Dataset content >>
★ ★ ★ ★ ★ ★ ★
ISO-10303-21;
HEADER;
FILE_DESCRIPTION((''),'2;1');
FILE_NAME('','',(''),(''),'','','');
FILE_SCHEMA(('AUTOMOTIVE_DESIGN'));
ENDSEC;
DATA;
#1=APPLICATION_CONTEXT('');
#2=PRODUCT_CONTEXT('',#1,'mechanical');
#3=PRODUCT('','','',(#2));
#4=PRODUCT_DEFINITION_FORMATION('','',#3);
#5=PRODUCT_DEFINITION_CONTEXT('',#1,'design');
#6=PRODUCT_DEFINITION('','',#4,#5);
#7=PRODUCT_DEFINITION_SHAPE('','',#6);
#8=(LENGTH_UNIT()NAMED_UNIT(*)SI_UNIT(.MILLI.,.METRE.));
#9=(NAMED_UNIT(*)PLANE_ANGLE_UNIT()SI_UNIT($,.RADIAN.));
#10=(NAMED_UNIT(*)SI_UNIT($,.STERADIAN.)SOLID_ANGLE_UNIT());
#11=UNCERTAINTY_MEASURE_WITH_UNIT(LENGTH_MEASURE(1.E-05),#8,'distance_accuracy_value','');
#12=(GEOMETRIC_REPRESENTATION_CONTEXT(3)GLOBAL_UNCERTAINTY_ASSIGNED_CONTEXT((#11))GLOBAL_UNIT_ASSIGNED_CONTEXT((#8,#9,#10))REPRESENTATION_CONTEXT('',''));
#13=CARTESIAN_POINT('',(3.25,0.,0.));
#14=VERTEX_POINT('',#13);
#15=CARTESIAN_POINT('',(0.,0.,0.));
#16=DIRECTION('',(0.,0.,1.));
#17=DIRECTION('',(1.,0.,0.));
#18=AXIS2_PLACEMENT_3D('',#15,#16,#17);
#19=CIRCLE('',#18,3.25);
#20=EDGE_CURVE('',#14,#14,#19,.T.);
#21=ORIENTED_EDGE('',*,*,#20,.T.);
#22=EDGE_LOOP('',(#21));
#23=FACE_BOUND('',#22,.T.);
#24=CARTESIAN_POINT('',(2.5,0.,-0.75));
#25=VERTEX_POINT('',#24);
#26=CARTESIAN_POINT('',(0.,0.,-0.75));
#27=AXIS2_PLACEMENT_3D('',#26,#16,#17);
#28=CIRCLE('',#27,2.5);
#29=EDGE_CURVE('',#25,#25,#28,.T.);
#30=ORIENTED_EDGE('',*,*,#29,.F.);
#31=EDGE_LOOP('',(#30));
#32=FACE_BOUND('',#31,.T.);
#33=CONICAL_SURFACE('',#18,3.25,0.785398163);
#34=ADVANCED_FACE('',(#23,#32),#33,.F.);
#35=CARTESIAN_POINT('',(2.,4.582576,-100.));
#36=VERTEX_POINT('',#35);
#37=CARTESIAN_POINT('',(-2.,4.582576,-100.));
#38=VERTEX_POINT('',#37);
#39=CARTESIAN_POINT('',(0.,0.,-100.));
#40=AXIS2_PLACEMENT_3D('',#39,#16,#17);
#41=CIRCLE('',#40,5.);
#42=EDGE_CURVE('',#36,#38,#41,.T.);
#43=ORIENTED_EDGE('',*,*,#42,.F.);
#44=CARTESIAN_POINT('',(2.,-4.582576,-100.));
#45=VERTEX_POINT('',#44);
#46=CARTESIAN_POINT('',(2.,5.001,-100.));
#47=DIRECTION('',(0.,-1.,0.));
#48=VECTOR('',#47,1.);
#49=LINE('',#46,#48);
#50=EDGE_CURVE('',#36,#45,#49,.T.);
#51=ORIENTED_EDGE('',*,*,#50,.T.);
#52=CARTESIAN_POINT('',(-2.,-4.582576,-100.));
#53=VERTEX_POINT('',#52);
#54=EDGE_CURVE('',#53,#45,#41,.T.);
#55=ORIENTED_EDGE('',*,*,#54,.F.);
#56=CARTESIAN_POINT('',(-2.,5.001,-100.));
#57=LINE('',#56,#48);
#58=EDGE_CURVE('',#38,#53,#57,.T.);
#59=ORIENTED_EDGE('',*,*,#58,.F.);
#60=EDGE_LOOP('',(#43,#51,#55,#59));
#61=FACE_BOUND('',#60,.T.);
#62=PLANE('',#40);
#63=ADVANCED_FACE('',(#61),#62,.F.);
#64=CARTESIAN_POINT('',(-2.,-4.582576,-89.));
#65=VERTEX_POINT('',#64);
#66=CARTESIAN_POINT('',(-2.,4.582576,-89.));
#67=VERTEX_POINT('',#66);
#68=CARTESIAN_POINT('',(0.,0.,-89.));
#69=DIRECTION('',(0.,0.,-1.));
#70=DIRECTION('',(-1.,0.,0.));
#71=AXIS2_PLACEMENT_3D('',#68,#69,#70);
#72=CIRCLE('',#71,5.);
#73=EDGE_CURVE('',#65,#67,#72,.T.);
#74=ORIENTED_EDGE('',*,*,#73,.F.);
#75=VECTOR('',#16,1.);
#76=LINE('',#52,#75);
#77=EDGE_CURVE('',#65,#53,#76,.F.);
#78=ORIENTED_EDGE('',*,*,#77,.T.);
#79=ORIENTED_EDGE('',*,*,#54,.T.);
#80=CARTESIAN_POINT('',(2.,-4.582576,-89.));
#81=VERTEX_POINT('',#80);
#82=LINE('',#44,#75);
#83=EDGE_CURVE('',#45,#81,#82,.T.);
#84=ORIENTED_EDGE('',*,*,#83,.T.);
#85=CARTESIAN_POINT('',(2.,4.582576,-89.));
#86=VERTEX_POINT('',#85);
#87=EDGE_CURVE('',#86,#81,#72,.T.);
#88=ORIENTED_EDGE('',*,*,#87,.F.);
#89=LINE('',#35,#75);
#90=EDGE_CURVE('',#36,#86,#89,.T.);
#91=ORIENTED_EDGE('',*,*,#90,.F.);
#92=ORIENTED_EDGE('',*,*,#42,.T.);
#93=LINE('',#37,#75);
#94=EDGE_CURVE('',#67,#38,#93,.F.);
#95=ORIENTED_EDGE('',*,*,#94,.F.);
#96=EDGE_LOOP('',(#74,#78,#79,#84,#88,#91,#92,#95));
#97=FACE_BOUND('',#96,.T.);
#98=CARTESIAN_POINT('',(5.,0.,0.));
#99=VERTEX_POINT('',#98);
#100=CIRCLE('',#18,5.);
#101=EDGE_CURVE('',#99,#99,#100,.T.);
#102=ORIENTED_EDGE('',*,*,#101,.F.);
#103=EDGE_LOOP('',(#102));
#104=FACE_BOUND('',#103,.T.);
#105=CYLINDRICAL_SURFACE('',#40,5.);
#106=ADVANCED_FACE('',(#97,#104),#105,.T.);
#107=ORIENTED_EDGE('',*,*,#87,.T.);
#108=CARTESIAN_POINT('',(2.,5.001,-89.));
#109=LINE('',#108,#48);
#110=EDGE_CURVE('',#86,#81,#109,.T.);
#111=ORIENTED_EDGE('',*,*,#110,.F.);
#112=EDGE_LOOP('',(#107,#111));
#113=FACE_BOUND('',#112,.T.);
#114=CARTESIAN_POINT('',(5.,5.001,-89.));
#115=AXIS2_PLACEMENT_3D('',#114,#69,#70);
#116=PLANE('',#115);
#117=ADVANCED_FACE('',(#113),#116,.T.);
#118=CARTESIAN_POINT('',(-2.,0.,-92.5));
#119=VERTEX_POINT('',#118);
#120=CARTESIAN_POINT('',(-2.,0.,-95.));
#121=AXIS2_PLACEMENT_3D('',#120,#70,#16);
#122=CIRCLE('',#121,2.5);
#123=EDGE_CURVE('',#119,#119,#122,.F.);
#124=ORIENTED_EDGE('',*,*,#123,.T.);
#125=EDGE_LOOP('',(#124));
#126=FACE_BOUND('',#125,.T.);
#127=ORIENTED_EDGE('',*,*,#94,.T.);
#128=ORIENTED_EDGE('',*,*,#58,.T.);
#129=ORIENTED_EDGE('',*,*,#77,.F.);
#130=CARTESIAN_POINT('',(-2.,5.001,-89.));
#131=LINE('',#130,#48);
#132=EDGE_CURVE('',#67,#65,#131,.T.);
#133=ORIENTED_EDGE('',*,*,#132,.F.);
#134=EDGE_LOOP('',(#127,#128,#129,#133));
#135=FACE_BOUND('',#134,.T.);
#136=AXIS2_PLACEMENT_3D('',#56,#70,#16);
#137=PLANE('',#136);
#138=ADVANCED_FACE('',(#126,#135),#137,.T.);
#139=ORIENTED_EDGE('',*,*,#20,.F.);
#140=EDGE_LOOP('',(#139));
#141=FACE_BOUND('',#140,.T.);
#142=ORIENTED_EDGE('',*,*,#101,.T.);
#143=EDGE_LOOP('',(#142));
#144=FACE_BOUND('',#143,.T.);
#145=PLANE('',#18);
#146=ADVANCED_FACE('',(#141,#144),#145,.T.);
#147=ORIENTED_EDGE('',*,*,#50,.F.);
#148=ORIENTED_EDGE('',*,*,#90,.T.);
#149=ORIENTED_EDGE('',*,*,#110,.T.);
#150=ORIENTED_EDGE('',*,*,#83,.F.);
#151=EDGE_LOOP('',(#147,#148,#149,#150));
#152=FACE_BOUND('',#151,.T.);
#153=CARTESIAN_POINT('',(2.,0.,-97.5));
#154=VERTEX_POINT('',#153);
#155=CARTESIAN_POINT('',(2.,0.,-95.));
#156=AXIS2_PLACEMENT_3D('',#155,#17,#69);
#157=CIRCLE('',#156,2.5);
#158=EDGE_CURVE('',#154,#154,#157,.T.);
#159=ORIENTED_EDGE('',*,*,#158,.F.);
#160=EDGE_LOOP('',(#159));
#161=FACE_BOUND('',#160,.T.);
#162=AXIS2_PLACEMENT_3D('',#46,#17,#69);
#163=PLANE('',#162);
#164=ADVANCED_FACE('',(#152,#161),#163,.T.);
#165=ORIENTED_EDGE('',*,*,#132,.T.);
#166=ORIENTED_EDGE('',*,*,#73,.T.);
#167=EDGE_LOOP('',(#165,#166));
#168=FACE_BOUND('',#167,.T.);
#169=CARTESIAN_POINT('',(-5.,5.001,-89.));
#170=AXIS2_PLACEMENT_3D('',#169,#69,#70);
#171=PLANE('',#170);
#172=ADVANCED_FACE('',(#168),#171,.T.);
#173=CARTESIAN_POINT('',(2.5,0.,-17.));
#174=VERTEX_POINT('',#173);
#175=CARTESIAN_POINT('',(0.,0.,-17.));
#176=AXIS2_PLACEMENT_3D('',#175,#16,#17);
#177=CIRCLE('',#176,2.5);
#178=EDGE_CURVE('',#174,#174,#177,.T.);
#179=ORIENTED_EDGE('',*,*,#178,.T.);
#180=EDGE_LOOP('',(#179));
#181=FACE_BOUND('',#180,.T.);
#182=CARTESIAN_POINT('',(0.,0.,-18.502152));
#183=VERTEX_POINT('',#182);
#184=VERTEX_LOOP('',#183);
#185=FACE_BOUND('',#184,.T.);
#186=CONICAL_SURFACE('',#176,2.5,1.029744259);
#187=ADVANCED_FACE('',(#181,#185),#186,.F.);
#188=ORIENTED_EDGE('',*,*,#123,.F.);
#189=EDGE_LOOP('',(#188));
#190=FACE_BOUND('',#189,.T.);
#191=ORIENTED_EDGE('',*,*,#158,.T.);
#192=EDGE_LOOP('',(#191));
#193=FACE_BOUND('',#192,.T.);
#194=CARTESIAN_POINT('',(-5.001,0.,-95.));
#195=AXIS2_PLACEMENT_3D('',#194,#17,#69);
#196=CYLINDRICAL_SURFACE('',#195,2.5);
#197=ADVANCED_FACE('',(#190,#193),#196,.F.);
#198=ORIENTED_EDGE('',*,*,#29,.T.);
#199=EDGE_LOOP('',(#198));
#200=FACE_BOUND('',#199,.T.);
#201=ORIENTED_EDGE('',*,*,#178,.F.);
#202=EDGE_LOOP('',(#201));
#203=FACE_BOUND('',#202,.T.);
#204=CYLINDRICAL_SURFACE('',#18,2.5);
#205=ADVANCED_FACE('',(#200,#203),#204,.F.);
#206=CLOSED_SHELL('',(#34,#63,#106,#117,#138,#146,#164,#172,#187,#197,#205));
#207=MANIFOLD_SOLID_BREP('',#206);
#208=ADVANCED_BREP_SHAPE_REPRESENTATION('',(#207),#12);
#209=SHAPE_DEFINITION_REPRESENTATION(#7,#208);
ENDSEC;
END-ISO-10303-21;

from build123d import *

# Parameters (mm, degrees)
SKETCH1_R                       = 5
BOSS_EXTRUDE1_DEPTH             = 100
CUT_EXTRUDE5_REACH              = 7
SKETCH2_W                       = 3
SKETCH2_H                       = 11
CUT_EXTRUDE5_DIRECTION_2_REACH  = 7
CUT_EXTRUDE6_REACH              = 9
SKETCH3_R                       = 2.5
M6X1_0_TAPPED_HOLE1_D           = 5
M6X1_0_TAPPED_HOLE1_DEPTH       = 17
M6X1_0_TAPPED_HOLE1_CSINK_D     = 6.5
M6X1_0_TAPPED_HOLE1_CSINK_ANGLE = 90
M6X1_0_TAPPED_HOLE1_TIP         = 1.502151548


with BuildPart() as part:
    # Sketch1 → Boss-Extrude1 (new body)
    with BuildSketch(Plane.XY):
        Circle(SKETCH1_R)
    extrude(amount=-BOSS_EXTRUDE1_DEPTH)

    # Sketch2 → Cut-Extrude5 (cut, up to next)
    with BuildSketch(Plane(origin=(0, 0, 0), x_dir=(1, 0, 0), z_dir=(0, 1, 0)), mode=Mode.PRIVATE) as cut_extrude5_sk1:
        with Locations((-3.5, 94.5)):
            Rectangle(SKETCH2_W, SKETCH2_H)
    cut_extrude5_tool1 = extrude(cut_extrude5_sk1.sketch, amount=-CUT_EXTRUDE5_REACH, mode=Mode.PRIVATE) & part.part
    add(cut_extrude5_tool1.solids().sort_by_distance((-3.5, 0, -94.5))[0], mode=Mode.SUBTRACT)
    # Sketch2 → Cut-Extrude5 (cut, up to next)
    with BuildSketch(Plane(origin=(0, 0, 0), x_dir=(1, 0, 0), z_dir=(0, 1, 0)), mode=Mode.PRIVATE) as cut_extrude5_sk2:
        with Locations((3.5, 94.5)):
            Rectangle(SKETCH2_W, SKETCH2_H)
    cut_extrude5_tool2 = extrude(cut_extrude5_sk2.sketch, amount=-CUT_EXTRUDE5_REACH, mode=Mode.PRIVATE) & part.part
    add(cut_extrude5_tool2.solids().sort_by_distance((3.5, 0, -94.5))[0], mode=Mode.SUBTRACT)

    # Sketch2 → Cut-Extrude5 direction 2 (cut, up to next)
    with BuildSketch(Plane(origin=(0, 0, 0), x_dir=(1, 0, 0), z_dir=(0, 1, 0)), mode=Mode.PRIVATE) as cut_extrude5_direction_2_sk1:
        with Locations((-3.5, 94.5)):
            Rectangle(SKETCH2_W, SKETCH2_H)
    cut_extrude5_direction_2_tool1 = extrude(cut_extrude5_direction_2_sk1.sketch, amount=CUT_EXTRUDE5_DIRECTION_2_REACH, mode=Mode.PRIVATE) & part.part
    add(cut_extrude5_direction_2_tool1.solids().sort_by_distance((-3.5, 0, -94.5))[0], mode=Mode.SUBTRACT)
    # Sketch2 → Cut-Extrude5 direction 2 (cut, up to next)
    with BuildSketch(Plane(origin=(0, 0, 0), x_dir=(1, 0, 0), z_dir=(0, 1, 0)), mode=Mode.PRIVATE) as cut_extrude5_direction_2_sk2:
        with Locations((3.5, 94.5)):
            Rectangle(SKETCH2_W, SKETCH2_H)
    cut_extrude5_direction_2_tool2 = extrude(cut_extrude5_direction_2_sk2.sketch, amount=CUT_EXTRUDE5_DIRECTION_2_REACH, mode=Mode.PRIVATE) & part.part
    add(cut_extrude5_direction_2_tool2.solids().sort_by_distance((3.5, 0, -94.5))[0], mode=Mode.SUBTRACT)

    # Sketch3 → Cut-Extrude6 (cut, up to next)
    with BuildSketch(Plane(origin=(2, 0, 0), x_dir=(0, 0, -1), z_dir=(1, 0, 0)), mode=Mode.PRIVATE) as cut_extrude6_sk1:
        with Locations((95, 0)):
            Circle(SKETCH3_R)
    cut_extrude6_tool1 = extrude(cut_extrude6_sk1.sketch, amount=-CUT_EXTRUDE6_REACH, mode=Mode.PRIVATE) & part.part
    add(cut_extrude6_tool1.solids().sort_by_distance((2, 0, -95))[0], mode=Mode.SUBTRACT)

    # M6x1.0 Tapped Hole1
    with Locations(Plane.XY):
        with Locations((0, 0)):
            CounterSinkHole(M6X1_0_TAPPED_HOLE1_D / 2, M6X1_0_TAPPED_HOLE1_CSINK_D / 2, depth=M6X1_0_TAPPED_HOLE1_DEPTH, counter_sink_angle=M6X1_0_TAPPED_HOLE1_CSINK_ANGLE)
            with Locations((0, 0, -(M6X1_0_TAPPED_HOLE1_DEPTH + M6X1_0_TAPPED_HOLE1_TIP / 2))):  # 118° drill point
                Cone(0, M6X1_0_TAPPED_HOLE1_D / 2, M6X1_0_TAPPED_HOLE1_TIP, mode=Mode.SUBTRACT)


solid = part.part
★ ★ ★ ★ ★ ★ ★
Exercise instructions >> Exact duplication is required for the lines above, from the line that contains "#32=FACE_BOUND('',#31,.T.);" to the line that contains "#47=DIRECTION('',(0.,-1.,0.));", inclusive; omit all others.

Task output >>
#32=FACE_BOUND('',#31,.T.);
#33=CONICAL_SURFACE('',#18,3.25,0.785398163);
#34=ADVANCED_FACE('',(#23,#32),#33,.F.);
#35=CARTESIAN_POINT('',(2.,4.582576,-100.));
#36=VERTEX_POINT('',#35);
#37=CARTESIAN_POINT('',(-2.,4.582576,-100.));
#38=VERTEX_POINT('',#37);
#39=CARTESIAN_POINT('',(0.,0.,-100.));
#40=AXIS2_PLACEMENT_3D('',#39,#16,#17);
#41=CIRCLE('',#40,5.);
#42=EDGE_CURVE('',#36,#38,#41,.T.);
#43=ORIENTED_EDGE('',*,*,#42,.F.);
#44=CARTESIAN_POINT('',(2.,-4.582576,-100.));
#45=VERTEX_POINT('',#44);
#46=CARTESIAN_POINT('',(2.,5.001,-100.));
#47=DIRECTION('',(0.,-1.,0.));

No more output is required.